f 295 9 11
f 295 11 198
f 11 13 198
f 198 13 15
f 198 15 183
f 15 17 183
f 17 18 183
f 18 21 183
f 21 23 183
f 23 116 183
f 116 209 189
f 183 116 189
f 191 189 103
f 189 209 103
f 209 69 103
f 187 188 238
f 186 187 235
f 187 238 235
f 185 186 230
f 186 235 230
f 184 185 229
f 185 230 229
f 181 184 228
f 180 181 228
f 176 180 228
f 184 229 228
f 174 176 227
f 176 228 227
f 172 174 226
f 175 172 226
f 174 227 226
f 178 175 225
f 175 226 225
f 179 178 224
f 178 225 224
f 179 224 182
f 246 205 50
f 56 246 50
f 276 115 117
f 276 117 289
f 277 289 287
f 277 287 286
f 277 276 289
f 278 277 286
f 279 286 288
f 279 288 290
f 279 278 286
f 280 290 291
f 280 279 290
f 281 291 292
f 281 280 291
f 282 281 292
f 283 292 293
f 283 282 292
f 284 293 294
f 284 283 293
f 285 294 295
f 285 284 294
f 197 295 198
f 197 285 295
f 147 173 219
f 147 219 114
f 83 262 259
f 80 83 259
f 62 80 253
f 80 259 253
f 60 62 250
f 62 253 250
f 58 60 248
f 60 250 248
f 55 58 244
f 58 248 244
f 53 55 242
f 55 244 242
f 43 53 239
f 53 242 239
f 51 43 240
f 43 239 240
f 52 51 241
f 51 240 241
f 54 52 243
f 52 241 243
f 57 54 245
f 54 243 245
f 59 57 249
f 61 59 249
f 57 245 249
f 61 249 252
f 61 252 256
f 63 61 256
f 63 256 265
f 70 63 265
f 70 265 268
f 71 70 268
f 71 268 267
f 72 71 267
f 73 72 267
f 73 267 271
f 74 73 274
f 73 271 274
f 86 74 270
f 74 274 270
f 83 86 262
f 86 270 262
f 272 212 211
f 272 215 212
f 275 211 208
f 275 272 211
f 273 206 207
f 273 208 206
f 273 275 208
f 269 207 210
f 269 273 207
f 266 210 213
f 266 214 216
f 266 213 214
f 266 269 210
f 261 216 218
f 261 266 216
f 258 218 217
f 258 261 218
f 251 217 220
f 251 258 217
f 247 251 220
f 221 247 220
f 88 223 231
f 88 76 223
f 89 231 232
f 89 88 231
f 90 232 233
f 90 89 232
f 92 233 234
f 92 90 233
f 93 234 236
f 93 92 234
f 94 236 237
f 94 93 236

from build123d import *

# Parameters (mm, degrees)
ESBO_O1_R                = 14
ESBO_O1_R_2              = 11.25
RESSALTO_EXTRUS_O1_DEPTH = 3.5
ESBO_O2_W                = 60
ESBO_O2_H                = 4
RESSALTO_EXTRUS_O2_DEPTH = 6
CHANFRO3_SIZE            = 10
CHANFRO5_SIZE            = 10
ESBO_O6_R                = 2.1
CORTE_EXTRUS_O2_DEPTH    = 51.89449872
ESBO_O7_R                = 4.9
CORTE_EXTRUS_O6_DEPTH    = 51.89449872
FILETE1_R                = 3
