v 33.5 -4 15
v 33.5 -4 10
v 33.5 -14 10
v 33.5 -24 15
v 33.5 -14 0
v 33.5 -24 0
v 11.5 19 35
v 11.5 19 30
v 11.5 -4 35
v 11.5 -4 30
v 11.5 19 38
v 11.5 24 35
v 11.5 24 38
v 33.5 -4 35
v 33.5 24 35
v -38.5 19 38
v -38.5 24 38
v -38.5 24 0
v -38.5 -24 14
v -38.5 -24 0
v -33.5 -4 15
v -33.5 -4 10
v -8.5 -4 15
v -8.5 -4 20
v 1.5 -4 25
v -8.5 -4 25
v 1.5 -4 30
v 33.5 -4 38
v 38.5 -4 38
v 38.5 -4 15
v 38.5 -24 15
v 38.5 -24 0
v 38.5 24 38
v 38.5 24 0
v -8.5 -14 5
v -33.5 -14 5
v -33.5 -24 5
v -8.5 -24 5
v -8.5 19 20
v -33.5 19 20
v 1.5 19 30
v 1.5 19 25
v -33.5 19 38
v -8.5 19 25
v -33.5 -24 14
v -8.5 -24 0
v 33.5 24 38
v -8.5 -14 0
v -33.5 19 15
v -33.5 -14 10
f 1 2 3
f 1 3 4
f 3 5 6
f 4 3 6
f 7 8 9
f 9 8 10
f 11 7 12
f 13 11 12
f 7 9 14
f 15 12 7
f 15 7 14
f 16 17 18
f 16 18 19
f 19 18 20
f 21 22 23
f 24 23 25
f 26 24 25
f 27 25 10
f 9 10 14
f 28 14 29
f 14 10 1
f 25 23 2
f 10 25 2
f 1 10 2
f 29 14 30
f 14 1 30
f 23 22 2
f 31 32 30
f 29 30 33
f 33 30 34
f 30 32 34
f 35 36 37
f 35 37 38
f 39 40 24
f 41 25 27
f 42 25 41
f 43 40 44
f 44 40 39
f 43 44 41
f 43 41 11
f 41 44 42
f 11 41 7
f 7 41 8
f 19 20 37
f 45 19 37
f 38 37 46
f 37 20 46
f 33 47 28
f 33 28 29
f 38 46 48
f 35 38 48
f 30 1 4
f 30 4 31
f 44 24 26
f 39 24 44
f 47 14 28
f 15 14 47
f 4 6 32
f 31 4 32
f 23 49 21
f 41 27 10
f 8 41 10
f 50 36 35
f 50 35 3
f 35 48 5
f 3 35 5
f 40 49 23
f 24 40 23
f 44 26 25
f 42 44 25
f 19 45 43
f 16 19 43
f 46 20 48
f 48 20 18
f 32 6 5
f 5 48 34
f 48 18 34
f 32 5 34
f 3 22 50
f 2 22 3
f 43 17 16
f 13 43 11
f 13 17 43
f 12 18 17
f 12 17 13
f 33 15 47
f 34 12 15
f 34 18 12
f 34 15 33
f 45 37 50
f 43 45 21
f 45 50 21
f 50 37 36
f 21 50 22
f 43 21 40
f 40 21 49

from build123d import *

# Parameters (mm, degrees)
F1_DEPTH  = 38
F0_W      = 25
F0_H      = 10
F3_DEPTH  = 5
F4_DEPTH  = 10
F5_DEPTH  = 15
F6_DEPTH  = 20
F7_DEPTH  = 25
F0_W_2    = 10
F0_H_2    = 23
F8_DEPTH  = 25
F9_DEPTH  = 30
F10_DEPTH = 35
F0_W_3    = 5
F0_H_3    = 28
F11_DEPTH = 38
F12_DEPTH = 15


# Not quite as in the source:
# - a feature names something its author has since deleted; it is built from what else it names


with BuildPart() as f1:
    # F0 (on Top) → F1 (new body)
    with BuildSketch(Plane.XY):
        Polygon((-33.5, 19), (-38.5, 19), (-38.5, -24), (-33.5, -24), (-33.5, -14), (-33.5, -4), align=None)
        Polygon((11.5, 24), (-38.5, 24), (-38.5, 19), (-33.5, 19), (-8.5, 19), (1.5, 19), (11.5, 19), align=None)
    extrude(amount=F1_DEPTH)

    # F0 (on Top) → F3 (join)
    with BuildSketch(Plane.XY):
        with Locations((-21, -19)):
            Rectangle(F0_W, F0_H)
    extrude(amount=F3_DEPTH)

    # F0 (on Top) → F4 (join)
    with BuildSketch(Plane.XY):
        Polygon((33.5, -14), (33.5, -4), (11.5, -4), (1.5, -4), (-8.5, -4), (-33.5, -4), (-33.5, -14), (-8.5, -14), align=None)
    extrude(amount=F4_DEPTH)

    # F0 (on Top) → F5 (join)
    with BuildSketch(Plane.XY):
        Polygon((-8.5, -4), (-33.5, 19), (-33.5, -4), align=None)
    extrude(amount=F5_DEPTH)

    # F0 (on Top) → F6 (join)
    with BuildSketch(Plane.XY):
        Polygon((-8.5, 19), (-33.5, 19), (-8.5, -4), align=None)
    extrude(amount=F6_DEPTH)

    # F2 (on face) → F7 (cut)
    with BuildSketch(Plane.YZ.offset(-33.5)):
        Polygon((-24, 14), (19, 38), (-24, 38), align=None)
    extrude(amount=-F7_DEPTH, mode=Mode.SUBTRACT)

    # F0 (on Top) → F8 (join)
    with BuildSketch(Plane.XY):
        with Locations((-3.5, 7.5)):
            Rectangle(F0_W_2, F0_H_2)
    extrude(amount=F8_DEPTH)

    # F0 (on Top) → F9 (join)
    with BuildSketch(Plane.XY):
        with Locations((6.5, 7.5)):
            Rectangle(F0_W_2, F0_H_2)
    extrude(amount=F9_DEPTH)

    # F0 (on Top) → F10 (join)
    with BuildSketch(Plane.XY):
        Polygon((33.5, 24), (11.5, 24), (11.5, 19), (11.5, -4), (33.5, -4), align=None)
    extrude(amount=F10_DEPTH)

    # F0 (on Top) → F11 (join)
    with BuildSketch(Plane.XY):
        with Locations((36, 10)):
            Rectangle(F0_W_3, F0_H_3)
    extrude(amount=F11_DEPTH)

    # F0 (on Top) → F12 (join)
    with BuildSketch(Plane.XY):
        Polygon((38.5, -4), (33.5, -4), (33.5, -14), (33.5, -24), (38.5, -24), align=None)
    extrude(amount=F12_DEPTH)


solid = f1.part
================================
TASK DIRECTIONS =
Looking at the data above, write out exactly the lines that start at the one containing "f 279 286 288" and end at the one containing "f 94 236 237"; include both and nothing beyond.

RESPONSE TO THE TASK =
f 279 286 288
f 279 288 290
f 279 278 286
f 280 290 291
f 280 279 290
f 281 291 292
f 281 280 291
f 282 281 292
f 283 292 293
f 283 282 292
f 284 293 294
f 284 283 293
f 285 294 295
f 285 284 294
f 197 295 198
f 197 285 295
f 147 173 219
f 147 219 114
f 83 262 259
f 80 83 259
f 62 80 253
f 80 259 253
f 60 62 250
f 62 253 250
f 58 60 248
f 60 250 248
f 55 58 244
f 58 248 244
f 53 55 242
f 55 244 242
f 43 53 239
f 53 242 239
f 51 43 240
f 43 239 240
f 52 51 241
f 51 240 241
f 54 52 243
f 52 241 243
f 57 54 245
f 54 243 245
f 59 57 249
f 61 59 249
f 57 245 249
f 61 249 252
f 61 252 256
f 63 61 256
f 63 256 265
f 70 63 265
f 70 265 268
f 71 70 268
f 71 268 267
f 72 71 267
f 73 72 267
f 73 267 271
f 74 73 274
f 73 271 274
f 86 74 270
f 74 274 270
f 83 86 262
f 86 270 262
f 272 212 211
f 272 215 212
f 275 211 208
f 275 272 211
f 273 206 207
f 273 208 206
f 273 275 208
f 269 207 210
f 269 273 207
f 266 210 213
f 266 214 216
f 266 213 214
f 266 269 210
f 261 216 218
f 261 266 216
f 258 218 217
f 258 261 218
f 251 217 220
f 251 258 217
f 247 251 220
f 221 247 220
f 88 223 231
f 88 76 223
f 89 231 232
f 89 88 231
f 90 232 233
f 90 89 232
f 92 233 234
f 92 90 233
f 93 234 236
f 93 92 234
f 94 236 237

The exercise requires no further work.